Solutions of the self-dual Yang-Mills equations on 4-manifolds have become a major tool in differential topology, following the existence theorems of Taubes and the analysis of moduli spaces of Donaldson. When the 4-manifold is a Kähler manifold, the anti-self duality equations become the statement that the curvature form is orthogonal to the Kähler form, or in the nomenclature of this paper, the connection is Hermitian-Yang-Mills.

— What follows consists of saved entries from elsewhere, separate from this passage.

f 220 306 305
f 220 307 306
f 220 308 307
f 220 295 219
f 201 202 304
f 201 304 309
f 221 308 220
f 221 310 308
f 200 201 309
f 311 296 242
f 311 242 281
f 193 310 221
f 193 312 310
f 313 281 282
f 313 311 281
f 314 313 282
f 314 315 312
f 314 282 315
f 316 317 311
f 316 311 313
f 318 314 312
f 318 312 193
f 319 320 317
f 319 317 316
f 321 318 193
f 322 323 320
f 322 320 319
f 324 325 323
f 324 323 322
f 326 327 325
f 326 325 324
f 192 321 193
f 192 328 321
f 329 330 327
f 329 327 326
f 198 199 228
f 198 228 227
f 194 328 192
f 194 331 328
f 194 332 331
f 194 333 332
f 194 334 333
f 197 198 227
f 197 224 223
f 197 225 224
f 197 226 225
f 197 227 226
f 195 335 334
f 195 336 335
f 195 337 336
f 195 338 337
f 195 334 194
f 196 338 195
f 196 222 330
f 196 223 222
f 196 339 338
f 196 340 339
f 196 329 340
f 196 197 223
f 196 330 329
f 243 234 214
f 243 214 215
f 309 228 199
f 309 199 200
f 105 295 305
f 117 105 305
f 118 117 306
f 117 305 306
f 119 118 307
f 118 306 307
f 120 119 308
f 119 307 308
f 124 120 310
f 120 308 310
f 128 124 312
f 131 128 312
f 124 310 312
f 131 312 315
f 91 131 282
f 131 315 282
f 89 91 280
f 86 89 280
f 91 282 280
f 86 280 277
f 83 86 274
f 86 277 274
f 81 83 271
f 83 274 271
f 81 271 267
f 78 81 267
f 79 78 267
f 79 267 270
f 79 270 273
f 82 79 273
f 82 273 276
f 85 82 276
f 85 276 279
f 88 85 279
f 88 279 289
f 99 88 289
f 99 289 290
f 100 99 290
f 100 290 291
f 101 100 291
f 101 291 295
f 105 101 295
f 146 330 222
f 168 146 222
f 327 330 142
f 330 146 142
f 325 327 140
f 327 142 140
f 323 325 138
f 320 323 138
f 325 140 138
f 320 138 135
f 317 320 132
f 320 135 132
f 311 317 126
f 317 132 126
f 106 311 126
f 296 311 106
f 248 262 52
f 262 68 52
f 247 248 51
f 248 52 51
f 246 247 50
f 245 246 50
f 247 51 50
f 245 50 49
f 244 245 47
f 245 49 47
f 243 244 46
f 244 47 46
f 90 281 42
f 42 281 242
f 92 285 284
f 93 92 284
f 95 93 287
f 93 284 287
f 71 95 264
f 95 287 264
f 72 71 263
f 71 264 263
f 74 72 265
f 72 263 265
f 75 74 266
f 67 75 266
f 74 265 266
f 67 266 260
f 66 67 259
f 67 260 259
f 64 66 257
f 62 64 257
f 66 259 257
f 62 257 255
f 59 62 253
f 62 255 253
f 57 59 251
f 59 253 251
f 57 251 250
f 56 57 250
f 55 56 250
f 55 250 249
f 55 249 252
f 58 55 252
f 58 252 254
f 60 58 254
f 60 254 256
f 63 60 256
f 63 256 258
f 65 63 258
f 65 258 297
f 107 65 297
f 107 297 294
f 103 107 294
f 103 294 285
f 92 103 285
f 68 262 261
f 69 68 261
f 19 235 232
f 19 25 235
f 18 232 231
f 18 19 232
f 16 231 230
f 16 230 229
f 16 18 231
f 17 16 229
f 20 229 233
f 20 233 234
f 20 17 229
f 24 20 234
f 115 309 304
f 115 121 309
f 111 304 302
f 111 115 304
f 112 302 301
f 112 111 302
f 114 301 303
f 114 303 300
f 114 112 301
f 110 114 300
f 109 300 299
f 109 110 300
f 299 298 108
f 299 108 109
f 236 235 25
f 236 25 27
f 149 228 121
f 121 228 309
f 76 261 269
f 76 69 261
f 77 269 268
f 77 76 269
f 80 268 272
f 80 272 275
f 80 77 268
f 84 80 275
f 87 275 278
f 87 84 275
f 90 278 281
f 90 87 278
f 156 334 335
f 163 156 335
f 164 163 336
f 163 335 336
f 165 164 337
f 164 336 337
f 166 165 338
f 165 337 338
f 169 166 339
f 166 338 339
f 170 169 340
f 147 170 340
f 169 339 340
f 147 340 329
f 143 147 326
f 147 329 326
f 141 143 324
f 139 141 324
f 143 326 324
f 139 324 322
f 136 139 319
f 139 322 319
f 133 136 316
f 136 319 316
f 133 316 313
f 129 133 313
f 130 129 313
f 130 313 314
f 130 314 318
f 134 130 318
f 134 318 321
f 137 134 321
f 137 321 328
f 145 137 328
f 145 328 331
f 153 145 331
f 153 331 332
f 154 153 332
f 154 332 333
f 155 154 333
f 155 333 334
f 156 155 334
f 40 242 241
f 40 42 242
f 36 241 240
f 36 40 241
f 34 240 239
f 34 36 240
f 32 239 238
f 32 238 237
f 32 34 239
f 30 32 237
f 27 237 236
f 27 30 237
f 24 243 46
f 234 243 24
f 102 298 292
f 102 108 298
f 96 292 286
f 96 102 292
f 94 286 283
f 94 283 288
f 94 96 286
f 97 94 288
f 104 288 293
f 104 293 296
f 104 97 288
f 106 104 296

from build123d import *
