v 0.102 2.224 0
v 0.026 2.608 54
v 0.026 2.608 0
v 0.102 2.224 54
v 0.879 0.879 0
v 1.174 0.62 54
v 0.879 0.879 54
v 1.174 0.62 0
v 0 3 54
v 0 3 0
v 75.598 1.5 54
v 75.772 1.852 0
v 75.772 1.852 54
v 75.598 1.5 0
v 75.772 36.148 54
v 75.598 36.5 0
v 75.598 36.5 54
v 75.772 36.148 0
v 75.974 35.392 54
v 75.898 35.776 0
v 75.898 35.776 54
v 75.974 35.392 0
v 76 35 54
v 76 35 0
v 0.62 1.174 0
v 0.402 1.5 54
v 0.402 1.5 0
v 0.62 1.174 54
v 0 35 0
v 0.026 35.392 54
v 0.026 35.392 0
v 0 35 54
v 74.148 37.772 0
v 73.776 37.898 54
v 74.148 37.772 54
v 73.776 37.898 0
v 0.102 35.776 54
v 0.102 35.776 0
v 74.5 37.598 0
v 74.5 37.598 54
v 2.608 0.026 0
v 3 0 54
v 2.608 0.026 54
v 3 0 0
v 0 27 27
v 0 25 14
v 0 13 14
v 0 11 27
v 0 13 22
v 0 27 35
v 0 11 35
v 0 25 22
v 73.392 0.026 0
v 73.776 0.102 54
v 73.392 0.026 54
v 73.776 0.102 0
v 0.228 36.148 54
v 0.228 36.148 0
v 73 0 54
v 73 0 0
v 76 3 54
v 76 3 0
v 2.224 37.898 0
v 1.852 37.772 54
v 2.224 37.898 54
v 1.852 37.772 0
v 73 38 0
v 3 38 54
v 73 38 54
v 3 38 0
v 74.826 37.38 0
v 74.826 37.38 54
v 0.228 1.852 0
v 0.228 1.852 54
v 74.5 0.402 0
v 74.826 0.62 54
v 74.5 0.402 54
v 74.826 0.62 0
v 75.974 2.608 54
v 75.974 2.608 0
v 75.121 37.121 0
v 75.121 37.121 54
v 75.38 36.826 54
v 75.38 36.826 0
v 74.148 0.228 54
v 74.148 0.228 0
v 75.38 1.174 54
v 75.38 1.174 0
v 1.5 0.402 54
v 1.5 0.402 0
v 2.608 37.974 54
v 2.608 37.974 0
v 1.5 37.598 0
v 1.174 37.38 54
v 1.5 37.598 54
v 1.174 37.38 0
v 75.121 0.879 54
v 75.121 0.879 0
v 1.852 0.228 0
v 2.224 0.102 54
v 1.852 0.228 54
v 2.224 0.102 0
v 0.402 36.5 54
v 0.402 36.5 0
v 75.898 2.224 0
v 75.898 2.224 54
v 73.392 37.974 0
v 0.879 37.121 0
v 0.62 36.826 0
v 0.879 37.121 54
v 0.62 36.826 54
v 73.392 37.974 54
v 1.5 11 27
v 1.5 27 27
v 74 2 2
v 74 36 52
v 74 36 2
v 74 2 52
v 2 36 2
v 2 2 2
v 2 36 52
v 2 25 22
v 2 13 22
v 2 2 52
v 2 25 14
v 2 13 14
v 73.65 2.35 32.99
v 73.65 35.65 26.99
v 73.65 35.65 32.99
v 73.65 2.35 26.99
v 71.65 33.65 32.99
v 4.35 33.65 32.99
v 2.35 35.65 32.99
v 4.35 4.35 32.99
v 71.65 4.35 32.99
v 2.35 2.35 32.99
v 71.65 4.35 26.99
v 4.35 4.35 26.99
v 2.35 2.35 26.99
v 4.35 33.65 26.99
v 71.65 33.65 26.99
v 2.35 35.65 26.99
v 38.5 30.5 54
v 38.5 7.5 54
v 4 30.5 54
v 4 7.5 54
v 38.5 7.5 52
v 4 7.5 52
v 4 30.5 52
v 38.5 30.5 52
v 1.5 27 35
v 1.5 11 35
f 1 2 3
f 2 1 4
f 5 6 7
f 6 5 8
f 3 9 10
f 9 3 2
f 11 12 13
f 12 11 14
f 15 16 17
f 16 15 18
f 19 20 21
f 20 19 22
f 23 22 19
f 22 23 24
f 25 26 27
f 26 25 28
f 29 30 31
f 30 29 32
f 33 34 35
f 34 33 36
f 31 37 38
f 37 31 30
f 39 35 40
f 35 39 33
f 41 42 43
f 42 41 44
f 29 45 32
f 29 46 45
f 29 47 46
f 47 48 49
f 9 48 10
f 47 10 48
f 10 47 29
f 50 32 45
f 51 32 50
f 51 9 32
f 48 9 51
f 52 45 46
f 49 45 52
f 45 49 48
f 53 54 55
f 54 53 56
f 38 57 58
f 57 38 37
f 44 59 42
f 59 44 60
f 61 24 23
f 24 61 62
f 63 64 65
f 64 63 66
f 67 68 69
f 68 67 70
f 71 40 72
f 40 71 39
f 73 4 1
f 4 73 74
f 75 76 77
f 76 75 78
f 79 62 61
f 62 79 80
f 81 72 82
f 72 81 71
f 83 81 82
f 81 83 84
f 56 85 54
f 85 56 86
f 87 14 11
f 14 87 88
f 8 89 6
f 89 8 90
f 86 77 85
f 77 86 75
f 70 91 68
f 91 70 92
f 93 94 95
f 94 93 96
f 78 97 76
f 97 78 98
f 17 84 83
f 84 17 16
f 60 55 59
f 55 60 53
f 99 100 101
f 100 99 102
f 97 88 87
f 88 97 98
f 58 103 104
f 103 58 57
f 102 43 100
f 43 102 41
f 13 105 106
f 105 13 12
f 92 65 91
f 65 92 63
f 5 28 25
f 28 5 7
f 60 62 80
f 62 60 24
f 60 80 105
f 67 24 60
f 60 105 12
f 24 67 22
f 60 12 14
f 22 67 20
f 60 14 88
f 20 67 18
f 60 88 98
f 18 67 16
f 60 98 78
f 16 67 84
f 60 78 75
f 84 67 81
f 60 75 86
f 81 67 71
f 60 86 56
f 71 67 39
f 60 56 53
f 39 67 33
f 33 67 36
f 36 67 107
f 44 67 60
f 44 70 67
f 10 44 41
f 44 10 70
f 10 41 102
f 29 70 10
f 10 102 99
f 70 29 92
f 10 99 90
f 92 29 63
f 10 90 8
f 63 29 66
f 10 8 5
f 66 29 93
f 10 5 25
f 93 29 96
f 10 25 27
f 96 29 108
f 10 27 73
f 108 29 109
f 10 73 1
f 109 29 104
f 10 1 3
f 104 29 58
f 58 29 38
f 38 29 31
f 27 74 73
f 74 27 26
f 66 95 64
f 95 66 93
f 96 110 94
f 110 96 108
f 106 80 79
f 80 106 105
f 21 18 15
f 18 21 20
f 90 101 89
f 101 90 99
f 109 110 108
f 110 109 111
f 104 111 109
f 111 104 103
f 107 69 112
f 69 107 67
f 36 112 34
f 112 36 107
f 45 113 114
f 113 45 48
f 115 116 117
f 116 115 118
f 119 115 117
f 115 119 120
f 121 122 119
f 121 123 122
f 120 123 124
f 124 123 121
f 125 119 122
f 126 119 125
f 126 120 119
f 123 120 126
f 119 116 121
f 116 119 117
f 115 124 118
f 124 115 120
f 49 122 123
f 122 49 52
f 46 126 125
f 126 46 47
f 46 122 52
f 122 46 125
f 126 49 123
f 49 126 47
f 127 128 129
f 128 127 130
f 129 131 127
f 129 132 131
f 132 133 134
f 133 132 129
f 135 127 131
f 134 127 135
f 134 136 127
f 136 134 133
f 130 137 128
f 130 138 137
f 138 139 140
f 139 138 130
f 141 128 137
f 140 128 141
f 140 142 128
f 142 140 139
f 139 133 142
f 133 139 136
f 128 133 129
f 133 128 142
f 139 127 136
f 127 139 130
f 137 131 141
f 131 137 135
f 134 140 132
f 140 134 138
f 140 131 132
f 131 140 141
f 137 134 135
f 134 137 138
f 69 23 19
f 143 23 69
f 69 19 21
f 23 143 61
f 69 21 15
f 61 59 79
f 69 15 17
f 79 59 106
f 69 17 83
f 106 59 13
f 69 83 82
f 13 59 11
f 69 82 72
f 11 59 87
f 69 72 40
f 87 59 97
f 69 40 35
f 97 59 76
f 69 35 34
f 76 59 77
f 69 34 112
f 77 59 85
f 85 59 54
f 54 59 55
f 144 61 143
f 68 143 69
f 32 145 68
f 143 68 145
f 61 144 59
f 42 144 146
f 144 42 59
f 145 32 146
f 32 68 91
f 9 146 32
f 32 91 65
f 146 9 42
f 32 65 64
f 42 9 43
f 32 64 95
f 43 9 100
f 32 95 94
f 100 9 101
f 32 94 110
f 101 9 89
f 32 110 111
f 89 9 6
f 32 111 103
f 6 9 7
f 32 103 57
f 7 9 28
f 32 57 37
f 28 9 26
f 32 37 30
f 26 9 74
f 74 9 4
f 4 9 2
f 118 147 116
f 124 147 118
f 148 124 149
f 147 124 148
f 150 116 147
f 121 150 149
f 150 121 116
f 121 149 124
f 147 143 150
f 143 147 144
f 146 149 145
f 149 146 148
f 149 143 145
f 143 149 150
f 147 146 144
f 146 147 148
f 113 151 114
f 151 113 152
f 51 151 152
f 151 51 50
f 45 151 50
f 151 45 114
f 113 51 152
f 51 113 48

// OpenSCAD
$fn = 48;

part = "assembly"; // base, lid, assembly

internal_length = 72;
internal_width = 34;
internal_height = 50;

wall = 2;
floor_thickness = 2;
top_thickness = 2;
outer_corner_radius = 3;
lip_height = 6;
lip_wall = 2;
lip_clearance = 0.35;
lid_thumb_notch_width = 16;
lid_thumb_notch_depth = 1.4;
lid_thumb_notch_height = 8;

base_internal_height = 25;
lid_internal_height = internal_height - base_internal_height;

outer_length = internal_length + wall * 2;
outer_width = internal_width + wall * 2;
base_outer_height = base_internal_height + floor_thickness;
lid_outer_height = lid_internal_height + top_thickness;
total_outer_height = base_outer_height + lid_outer_height;

screen_open_width = 23;
screen_open_length = 34.5;
screen_front_offset = 4;

usb_cutout_width = 12;
usb_cutout_height = 8;
usb_cutout_center_height = total_outer_height / 3;
usb_cutout_y = (outer_width - usb_cutout_width) / 2;
usb_cutout_z = usb_cutout_center_height - usb_cutout_height / 2;

lip_outer_length = internal_length - lip_clearance * 2;
lip_outer_width = internal_width - lip_clearance * 2;
lip_inner_length = lip_outer_length - lip_wall * 2;
lip_inner_width = lip_outer_width - lip_wall * 2;

module rounded_prism(length, width, height, radius) {
    linear_extrude(height = height)
        hull() {
            translate([radius, radius]) circle(r = radius);
            translate([length - radius, radius]) circle(r = radius);
            translate([radius, width - radius]) circle(r = radius);
            translate([length - radius, width - radius]) circle(r = radius);
        }
}

module base_shell() {
    difference() {
        rounded_prism(outer_length, outer_width, base_outer_height, outer_corner_radius);
        translate([wall, wall, floor_thickness])
            cube([internal_length, internal_width, base_internal_height + 0.1]);
        translate([-0.1, usb_cutout_y, usb_cutout_z])
            cube([wall + 0.2, usb_cutout_width, usb_cutout_height]);
    }

    translate([(outer_length - lip_outer_length) / 2, (outer_width - lip_outer_width) / 2, base_outer_height - 0.01])
        difference() {
            cube([lip_outer_length, lip_outer_width, lip_height]);
            translate([(lip_outer_length - lip_inner_length) / 2, (lip_outer_width - lip_inner_width) / 2, -0.1])
                cube([lip_inner_length, lip_inner_width, lip_height + 0.2]);
        }
}

module lid_shell() {
    difference() {
        rounded_prism(outer_length, outer_width, lid_outer_height, outer_corner_radius);
        translate([wall, wall, -0.1])
            cube([internal_length, internal_width, lid_internal_height + 0.1]);
        translate([screen_front_offset, (outer_width - screen_open_width) / 2, lid_outer_height - top_thickness - 0.1])
            cube([screen_open_length, screen_open_width, top_thickness + 0.2]);
        translate([-0.1, (outer_width - lid_thumb_notch_width) / 2, 0])
            cube([lid_thumb_notch_depth + 0.2, lid_thumb_notch_width, lid_thumb_notch_height]);
    }
}

module assembly_view() {
    base_shell();
    translate([0, 0, base_outer_height])
        lid_shell();
}

module print_layout() {
    base_shell();
    translate([outer_length + 10, 0, 0])
        lid_shell();
}

if (part == "base") {
    base_shell();
} else if (part == "lid") {
    lid_shell();
} else if (part == "print") {
    print_layout();
} else {
    assembly_view();
}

It was suggested by the reviewer [Nonlinear problems in geometry, Proc. Sixth Int. Symp., Sendai/Japan (1979; Zbl 0433.53002)] and independently S. Kobayashi [Proc. Jap. Acad., Ser. A 58, 158-162 (1982; Zbl 0538.32021)] that stability of a holomorphic vector bundle should be a necessary and sufficient condition for the existence of such a connection. Necessity was proved by M. Lübke [Manuscr. Math. 42, 245-257 (1983; Zbl 0558.53037)]. Sufficiency is proved in this paper, motivating evidence having been always present in the theorem of M. S. Narasimhan and C. S. Seshadri, who had long ago proved the theorem for curves [Ann. Math., II. Ser. 82, 540-567 (1965; Zbl 0178.048)], the more recent fact that the solutions of the self-duality equations on \(S^ 4\) pull back to be Hermitian-Yang-Mills on the twistor space \({\mathbb{C}}P^ 3\), and the proof of the theorem for algebraic surfaces by S. K. Donaldson [Proc. Lond. Math. Soc., III. Ser. 50, 1-26 (1985; Zbl 0529.53018)]. This particular problem began in fact as Donaldson’s thesis topic, but was soon overtaken by his spectacular results on 4-manifolds. His interest in the algebraic surface situation sprang from the possibility of using the theorem to identify spaces of stable bundles, which can sometimes be calculated, with moduli spaces of anti-self-dual connections.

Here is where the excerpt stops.